Jake left his own sumptuous suite, with its four-poster and giant gilt mirror and real Oriental rugs, and walked down the hall to rap on the door of Ramirez’s room. When he didn’t get an answer, he looked first one way down the hall, and then the other. This was one of the windowless passages on the second floor, and though the hall was wide, the dark paneling and flickering sconces gave the impression that the walls were slowly closing in on him. Despite its richness, the manor had the air of a haunted house about it, and he suppressed a shudder.

“Ramirez,” he called, and knocked again. “Adela. You alright?”

“Fine,” she barked from the other side. Which wasn’t like her. She was coy, infuriating, and superior. But she wasn’t snappish.

“Can I come in?”

“Asshole.” But that wasn’t a no, and he was starting to worry.

He cracked the door and peeked in, then eased it open the rest of the way when he saw that she was sitting on the side of the bed in workout gear, her head in her hands.

“Hey,” he said, taking an uncertain step forward. “Is it your leg?” She wore shorts, and he could see the heavy bandage on her thigh. “Do you need to go back to medical?”

She sat up, pushed herself up, hands on her knees. Her hair, tied back in a loose knot, looked damp, like she’d just had a shower. She was very obviously not wearing a bra under her Nike tank top. And she was glaring at him. “Boundaries, dude.”

But what snared his attention was her foot. The right one. Because it…wasn’t quite the same as the left. And then he jaw the faint pink line of a scar around her calf.

“Hey. Eyes up here, asshole.”

He jerked and lifted his gaze to meet her furious stare. Not just angry, but desperate, spooked. Self-conscious. “Sorry–”

“What do you want?”

“You got hurt. I wanted to check on you.”

She sneered and dragged the folded blanket over from the end of the bed, up into her lap; it shook out over her knees, hiding her bandage…and her mismatched feet. “Right. ‘Cause you’re such a nice guy.” When she angrily tucked a stray piece of hair behind her ear, he saw that her hand was shaking.

“Because you’re part of my team, and I was concerned,” he said. “What happened with Vlad?”

She made a face, but not fast enough. He saw a ripple of shock, even fear, before she shuttered her expression and just looked sour. “Nothing.”

Jake waited.

“He’s creepy as shit.”

“Yeah.”

She glanced up at him, finally, some of the fear peeking through her fa?ade. “Do you know what’s in the injections they give us?” she asked.

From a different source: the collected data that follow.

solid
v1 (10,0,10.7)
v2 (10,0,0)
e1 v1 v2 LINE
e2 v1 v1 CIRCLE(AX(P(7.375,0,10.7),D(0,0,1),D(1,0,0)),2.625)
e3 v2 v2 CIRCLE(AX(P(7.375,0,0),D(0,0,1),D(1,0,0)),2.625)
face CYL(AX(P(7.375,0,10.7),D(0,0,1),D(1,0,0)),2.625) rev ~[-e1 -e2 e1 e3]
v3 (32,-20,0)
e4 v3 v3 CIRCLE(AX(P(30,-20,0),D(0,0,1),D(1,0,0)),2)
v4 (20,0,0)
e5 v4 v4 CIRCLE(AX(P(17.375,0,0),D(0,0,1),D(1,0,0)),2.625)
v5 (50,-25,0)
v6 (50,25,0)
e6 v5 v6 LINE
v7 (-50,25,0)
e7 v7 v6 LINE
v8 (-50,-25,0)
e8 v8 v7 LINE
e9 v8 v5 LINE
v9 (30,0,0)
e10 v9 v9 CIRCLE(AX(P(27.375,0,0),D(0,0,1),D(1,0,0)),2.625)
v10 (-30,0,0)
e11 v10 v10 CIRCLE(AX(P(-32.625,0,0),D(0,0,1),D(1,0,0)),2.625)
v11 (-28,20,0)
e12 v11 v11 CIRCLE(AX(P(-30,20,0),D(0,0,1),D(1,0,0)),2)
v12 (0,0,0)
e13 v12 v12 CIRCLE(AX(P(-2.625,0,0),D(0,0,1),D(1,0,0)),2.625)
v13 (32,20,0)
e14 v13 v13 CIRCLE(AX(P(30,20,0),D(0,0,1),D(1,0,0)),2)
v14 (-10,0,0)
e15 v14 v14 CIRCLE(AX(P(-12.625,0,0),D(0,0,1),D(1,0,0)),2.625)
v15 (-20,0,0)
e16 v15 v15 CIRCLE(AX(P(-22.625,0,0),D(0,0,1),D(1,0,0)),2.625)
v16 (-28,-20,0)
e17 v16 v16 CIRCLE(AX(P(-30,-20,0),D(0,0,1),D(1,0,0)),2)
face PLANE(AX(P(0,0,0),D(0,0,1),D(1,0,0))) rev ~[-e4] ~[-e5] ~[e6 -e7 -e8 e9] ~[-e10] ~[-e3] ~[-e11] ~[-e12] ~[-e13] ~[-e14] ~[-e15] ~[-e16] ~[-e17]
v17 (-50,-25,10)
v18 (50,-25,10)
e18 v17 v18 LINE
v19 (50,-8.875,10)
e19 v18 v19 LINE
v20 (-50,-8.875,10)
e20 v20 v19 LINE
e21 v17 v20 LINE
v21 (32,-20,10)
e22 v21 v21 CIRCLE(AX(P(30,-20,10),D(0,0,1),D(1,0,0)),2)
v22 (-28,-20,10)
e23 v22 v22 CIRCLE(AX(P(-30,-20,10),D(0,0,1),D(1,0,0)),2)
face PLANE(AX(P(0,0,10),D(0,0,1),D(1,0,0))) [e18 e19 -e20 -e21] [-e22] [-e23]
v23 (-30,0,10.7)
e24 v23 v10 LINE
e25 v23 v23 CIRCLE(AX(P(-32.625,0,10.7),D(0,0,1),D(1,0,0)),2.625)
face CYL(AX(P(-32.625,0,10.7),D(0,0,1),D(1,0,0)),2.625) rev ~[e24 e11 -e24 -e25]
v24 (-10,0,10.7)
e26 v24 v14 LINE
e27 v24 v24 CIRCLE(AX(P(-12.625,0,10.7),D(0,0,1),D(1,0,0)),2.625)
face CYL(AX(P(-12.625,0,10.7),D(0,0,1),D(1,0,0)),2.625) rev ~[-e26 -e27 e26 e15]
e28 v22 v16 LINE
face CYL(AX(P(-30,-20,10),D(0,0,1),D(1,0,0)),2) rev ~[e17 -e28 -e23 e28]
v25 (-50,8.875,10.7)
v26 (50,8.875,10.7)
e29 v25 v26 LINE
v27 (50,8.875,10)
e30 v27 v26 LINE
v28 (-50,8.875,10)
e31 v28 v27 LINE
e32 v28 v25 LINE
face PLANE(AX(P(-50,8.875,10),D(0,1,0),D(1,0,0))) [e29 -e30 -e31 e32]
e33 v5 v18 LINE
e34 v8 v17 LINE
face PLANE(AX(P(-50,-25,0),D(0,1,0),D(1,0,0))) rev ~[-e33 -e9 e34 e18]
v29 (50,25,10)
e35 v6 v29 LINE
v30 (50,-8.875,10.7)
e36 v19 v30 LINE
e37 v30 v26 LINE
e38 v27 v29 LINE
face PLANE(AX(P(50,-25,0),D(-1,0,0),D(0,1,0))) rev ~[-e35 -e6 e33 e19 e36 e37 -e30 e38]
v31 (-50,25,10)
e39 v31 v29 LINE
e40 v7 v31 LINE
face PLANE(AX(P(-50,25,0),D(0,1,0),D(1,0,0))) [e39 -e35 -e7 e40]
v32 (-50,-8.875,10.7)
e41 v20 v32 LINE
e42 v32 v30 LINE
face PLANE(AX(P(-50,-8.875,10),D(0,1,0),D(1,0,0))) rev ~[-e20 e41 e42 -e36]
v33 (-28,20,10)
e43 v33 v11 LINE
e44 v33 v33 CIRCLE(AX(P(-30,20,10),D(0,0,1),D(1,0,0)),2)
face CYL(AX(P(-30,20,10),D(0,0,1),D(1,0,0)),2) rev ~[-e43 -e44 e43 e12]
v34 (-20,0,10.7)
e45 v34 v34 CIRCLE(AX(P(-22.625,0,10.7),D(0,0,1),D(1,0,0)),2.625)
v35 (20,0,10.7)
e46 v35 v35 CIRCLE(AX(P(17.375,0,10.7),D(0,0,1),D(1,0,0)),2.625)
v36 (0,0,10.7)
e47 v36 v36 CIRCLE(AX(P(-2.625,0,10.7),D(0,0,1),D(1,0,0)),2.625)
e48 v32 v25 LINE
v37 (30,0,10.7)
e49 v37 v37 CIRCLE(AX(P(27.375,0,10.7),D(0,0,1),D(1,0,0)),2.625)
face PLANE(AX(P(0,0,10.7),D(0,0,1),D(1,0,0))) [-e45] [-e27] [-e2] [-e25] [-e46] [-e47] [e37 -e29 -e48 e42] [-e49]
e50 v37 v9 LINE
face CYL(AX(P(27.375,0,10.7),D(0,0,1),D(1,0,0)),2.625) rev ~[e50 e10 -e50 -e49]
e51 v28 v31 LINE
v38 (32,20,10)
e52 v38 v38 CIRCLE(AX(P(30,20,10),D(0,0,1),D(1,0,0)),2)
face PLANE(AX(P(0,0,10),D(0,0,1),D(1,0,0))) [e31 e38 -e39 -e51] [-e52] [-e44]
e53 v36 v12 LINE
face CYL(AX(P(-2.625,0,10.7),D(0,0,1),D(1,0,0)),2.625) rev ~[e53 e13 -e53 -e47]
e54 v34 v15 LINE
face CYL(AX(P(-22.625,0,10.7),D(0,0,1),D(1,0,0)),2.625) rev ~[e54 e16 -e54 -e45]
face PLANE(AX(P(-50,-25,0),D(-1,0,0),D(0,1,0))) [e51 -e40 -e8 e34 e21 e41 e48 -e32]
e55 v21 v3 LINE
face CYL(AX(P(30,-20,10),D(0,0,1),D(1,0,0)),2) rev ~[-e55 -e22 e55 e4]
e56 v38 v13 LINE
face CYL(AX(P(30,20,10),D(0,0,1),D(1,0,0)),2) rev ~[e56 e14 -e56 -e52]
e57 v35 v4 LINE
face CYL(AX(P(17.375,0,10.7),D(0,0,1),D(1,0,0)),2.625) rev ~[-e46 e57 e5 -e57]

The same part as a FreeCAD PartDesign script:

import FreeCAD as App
import Part
import Sketcher

V = App.Vector
Q = App.Units.Quantity


def add_polygon(sketch, points):
    """Adds a closed chain of lines whose ends are joined by coincident constraints."""
    first, n = sketch.GeometryCount, len(points)
    for a, b in zip(points, points[1:] + points[:1]):
        sketch.addGeometry(Part.LineSegment(App.Vector(*a, 0), App.Vector(*b, 0)), False)
    for i in range(n):
        sketch.addConstraint(Sketcher.Constraint("Coincident", first + i, 2, first + (i + 1) % n, 1))

doc = App.newDocument("Part")
body = doc.addObject("PartDesign::Body", "Body")

# Sketch on XY plane
sketch1 = body.newObject("Sketcher::SketchObject", "Sketch")
sketch1.AttachmentSupport = (doc.getObject("XY_Plane"), [""])
sketch1.MapMode = "FlatFace"
add_polygon(sketch1, [(-50, 25), (-50, -25), (50, -25), (50, 25)])  # lines 0-3
sketch1.addConstraint(Sketcher.Constraint("Vertical", 0))
sketch1.addConstraint(Sketcher.Constraint("Horizontal", 1))
sketch1.addConstraint(Sketcher.Constraint("Vertical", 2))
sketch1.addConstraint(Sketcher.Constraint("Horizontal", 3))
sketch1.addConstraint(Sketcher.Constraint("Symmetric", 0, 2, 2, 2, -1, 1))
sketch1.addConstraint(Sketcher.Constraint("DistanceX", 1, 1, 1, 2, Q("100 mm")))
sketch1.addConstraint(Sketcher.Constraint("DistanceY", 0, 2, 0, 1, Q("50 mm")))
pad1 = body.newObject("PartDesign::Pad", "Pad")
pad1.Profile = sketch1
pad1.Length = 10

# Sketch on XY plane
sketch2 = body.newObject("Sketcher::SketchObject", "Sketch001")
sketch2.AttachmentSupport = (doc.getObject("XY_Plane"), [""])
sketch2.MapMode = "FlatFace"
sketch2.AttachmentOffset = App.Placement(V(0, 0, 10), App.Rotation())
sketch2.addGeometry(Part.Circle(V(-30, 20, 0), V(0, 0, 1), 2), False)
sketch2.addGeometry(Part.Circle(V(-30, -20, 0), V(0, 0, 1), 2), False)
sketch2.addGeometry(Part.Circle(V(30, 20, 0), V(0, 0, 1), 2), False)
sketch2.addGeometry(Part.Circle(V(30, -20, 0), V(0, 0, 1), 2), False)
sketch2.addConstraint(Sketcher.Constraint("Equal", 0, 1))
sketch2.addConstraint(Sketcher.Constraint("Equal", 1, 2))
sketch2.addConstraint(Sketcher.Constraint("Equal", 2, 3))
sketch2.addConstraint(Sketcher.Constraint("Symmetric", 1, 3, 2, 3, -1, 1))
sketch2.addConstraint(Sketcher.Constraint("Symmetric", 0, 3, 3, 3, -1, 1))
sketch2.addConstraint(Sketcher.Constraint("Symmetric", 0, 3, 2, 3, -2))
sketch2.addConstraint(Sketcher.Constraint("Diameter", 0, Q("4 mm")))
sketch2.addConstraint(Sketcher.Constraint("DistanceX", 0, 3, -1, 1, Q("30 mm")))
sketch2.addConstraint(Sketcher.Constraint("DistanceY", -1, 1, 0, 3, Q("20 mm")))
pocket1 = body.newObject("PartDesign::Pocket", "Pocket")
pocket1.Profile = sketch2
pocket1.Type = "ThroughAll"

# Sketch on XY plane
sketch3 = body.newObject("Sketcher::SketchObject", "Sketch002")
sketch3.AttachmentSupport = (doc.getObject("XY_Plane"), [""])
sketch3.MapMode = "FlatFace"
sketch3.AttachmentOffset = App.Placement(V(0, 0, 10), App.Rotation())
add_polygon(sketch3, [(-50, 9), (-50, -9), (50, -9), (50, 9)])  # lines 0-3
sketch3.addConstraint(Sketcher.Constraint("Vertical", 0))
sketch3.addConstraint(Sketcher.Constraint("Horizontal", 1))
sketch3.addConstraint(Sketcher.Constraint("Vertical", 2))
sketch3.addConstraint(Sketcher.Constraint("Horizontal", 3))
sketch3.addConstraint(Sketcher.Constraint("Symmetric", 0, 2, 2, 2, -1, 1))
sketch3.addConstraint(Sketcher.Constraint("DistanceX", 1, 1, 1, 2, Q("100 mm")))
sketch3.addConstraint(Sketcher.Constraint("DistanceY", 0, 2, 0, 1, Q("17.75 mm")))
pad2 = body.newObject("PartDesign::Pad", "Pad001")
pad2.Profile = sketch3
pad2.Length = 0.7

# Sketch on XY plane
sketch4 = body.newObject("Sketcher::SketchObject", "Sketch003")
sketch4.AttachmentSupport = (doc.getObject("XY_Plane"), [""])
sketch4.MapMode = "FlatFace"
sketch4.AttachmentOffset = App.Placement(V(0, 0, 10.7), App.Rotation())
sketch4.addGeometry(Part.Circle(V(-32.6, 0, 0), V(0, 0, 1), 2.6), False)
sketch4.addGeometry(Part.Circle(V(-22.6, 0, 0), V(0, 0, 1), 2.6), False)
sketch4.addGeometry(Part.Circle(V(-12.6, 0, 0), V(0, 0, 1), 2.6), False)
sketch4.addGeometry(Part.Circle(V(-2.6, 0, 0), V(0, 0, 1), 2.6), False)
sketch4.addGeometry(Part.Circle(V(7.4, 0, 0), V(0, 0, 1), 2.6), False)
sketch4.addGeometry(Part.Circle(V(17.4, 0, 0), V(0, 0, 1), 2.6), False)
sketch4.addGeometry(Part.Circle(V(27.4, 0, 0), V(0, 0, 1), 2.6), False)
sketch4.addConstraint(Sketcher.Constraint("Equal", 0, 1))
sketch4.addConstraint(Sketcher.Constraint("Equal", 1, 2))
sketch4.addConstraint(Sketcher.Constraint("Equal", 2, 3))
sketch4.addConstraint(Sketcher.Constraint("Equal", 3, 4))
sketch4.addConstraint(Sketcher.Constraint("Equal", 4, 5))
sketch4.addConstraint(Sketcher.Constraint("Equal", 5, 6))
sketch4.addConstraint(Sketcher.Constraint("PointOnObject", 0, 3, -1))
sketch4.addConstraint(Sketcher.Constraint("PointOnObject", 1, 3, -1))
sketch4.addConstraint(Sketcher.Constraint("PointOnObject", 2, 3, -1))
sketch4.addConstraint(Sketcher.Constraint("PointOnObject", 3, 3, -1))
sketch4.addConstraint(Sketcher.Constraint("PointOnObject", 4, 3, -1))
sketch4.addConstraint(Sketcher.Constraint("PointOnObject", 5, 3, -1))
sketch4.addConstraint(Sketcher.Constraint("PointOnObject", 6, 3, -1))
sketch4.addConstraint(Sketcher.Constraint("Diameter", 0, Q("5.25 mm")))
sketch4.addConstraint(Sketcher.Constraint("DistanceX", 0, 3, 1, 3, Q("10 mm")))
sketch4.addConstraint(Sketcher.Constraint("DistanceX", 1, 3, 2, 3, Q("10 mm")))
sketch4.addConstraint(Sketcher.Constraint("DistanceX", 2, 3, 3, 3, Q("10 mm")))
sketch4.addConstraint(Sketcher.Constraint("DistanceX", 3, 3, 4, 3, Q("10 mm")))
sketch4.addConstraint(Sketcher.Constraint("DistanceX", 4, 3, 5, 3, Q("10 mm")))
sketch4.addConstraint(Sketcher.Constraint("DistanceX", 5, 3, 6, 3, Q("10 mm")))
sketch4.addConstraint(Sketcher.Constraint("DistanceX", 0, 3, -1, 1, Q("32.625 mm")))
pocket2 = body.newObject("PartDesign::Pocket", "Pocket001")
pocket2.Profile = sketch4
pocket2.Type = "ThroughAll"

doc.recompute()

He shrugged. They’d told him it was an experimental drug, and he hadn’t cared what was in it or what the side-effects might be. There were people capable of living without sight – capable of thriving, even – but he didn’t have the grace or the temerity to be one of them. He’d signed – as best he could without being able to see the pen or paper – and never asked twice about the shit they were pumping into his veins.

“Why, do you?” he asked.

“I think–”

The walkie on his belt crackled to life. “Major Treadwell,” one of the guards said. “We have a situation.”

*

Rooster wasn’t proud of the way his stomach turned over when one of the guards cinched a blindfold tight around his eyes. Rob had warned him that something like this might happen, and he’d been mentally preparing himself, but he was already without weapons; take away his vision, and he felt breathlessly vulnerable in the worst way.